(Given records Opens)
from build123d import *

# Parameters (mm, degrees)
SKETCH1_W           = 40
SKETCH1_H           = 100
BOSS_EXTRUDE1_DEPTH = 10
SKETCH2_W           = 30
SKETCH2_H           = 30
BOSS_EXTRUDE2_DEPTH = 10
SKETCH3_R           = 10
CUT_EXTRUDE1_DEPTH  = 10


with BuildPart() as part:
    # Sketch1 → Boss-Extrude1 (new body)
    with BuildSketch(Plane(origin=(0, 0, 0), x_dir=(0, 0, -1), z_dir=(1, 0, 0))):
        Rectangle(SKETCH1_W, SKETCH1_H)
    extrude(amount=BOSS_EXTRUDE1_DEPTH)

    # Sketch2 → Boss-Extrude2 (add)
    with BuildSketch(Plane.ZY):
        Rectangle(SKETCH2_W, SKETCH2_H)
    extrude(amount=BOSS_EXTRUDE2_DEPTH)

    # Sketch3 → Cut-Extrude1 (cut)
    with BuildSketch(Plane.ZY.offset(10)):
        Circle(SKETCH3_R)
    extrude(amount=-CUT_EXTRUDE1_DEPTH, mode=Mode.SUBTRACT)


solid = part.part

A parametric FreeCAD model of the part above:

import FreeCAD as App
import Part
import Sketcher
Q = App.Units.Quantity

doc = App.newDocument("Part")
body = doc.addObject("PartDesign::Body", "Body")

# Sketch on YZ plane
sketch1 = body.newObject("Sketcher::SketchObject", "Sketch")
sketch1.AttachmentSupport = (doc.getObject("YZ_Plane"), [""])
sketch1.MapMode = "FlatFace"
sketch1.addGeometry([
    Part.LineSegment(App.Vector(50, 20, 0), App.Vector(-50, 20, 0)),
    Part.LineSegment(App.Vector(-50, 20, 0), App.Vector(-50, -20, 0)),
    Part.LineSegment(App.Vector(-50, -20, 0), App.Vector(50, -20, 0)),
    Part.LineSegment(App.Vector(50, -20, 0), App.Vector(50, 20, 0)),
], False)
sketch1.addConstraint([
    Sketcher.Constraint("Coincident", 0, 2, 1, 1),
    Sketcher.Constraint("Coincident", 1, 2, 2, 1),
    Sketcher.Constraint("Coincident", 2, 2, 3, 1),
    Sketcher.Constraint("Coincident", 3, 2, 0, 1),
    Sketcher.Constraint("Horizontal", 0),
    Sketcher.Constraint("Vertical", 1),
    Sketcher.Constraint("Horizontal", 2),
    Sketcher.Constraint("Vertical", 3),
    Sketcher.Constraint("Symmetric", 0, 2, 2, 2, -1, 1),
    Sketcher.Constraint("DistanceX", 0, 2, 0, 1, Q("100 mm")),
    Sketcher.Constraint("DistanceY", 1, 2, 1, 1, Q("40 mm")),
])
pad1 = body.newObject("PartDesign::Pad", "Pad")
pad1.Profile = sketch1
pad1.Length = 10

# Sketch on YZ plane
sketch2 = body.newObject("Sketcher::SketchObject", "Sketch001")
sketch2.AttachmentSupport = (doc.getObject("YZ_Plane"), [""])
sketch2.MapMode = "FlatFace"
sketch2.addGeometry([
    Part.LineSegment(App.Vector(15, -15, 0), App.Vector(-15, -15, 0)),
    Part.LineSegment(App.Vector(-15, -15, 0), App.Vector(-15, 15, 0)),
    Part.LineSegment(App.Vector(-15, 15, 0), App.Vector(15, 15, 0)),
    Part.LineSegment(App.Vector(15, 15, 0), App.Vector(15, -15, 0)),
], False)
sketch2.addConstraint([
    Sketcher.Constraint("Coincident", 0, 2, 1, 1),
    Sketcher.Constraint("Coincident", 1, 2, 2, 1),
    Sketcher.Constraint("Coincident", 2, 2, 3, 1),
    Sketcher.Constraint("Coincident", 3, 2, 0, 1),
    Sketcher.Constraint("Horizontal", 0),
    Sketcher.Constraint("Vertical", 1),
    Sketcher.Constraint("Horizontal", 2),
    Sketcher.Constraint("Vertical", 3),
    Sketcher.Constraint("Symmetric", 0, 2, 2, 2, -1, 1),
    Sketcher.Constraint("Equal", 2, 1),
    Sketcher.Constraint("DistanceX", 0, 2, 0, 1, Q("30 mm")),
])
pad2 = body.newObject("PartDesign::Pad", "Pad001")
pad2.Profile = sketch2
pad2.Length = 10
pad2.Reversed = True

# Sketch on YZ plane
sketch3 = body.newObject("Sketcher::SketchObject", "Sketch002")
sketch3.AttachmentSupport = (doc.getObject("YZ_Plane"), [""])
sketch3.MapMode = "FlatFace"
sketch3.AttachmentOffset = App.Placement(App.Vector(0, 0, -10), App.Rotation())
sketch3.addGeometry(Part.Circle(App.Vector(0, 0, 0), App.Vector(0, 0, 1), 10), False)
sketch3.addConstraint([
    Sketcher.Constraint("Coincident", 0, 3, -1, 1),
    Sketcher.Constraint("Diameter", 0, Q("20 mm")),
])
pocket1 = body.newObject("PartDesign::Pocket", "Pocket")
pocket1.Profile = sketch3
pocket1.Length = 10
pocket1.Reversed = True

doc.recompute()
(Given records Closes)
Problem to solve >>
Word for word, restate the lines of the data above that fall between the line holding "extrude(amount=BOSS_EXTRUDE2_DEPTH)" and the line holding "A parametric FreeCAD", inclusive, and no other lines.

Exercise output >>
    extrude(amount=BOSS_EXTRUDE2_DEPTH)

    # Sketch3 → Cut-Extrude1 (cut)
    with BuildSketch(Plane.ZY.offset(10)):
        Circle(SKETCH3_R)
    extrude(amount=-CUT_EXTRUDE1_DEPTH, mode=Mode.SUBTRACT)


solid = part.part

A parametric FreeCAD model of the part above:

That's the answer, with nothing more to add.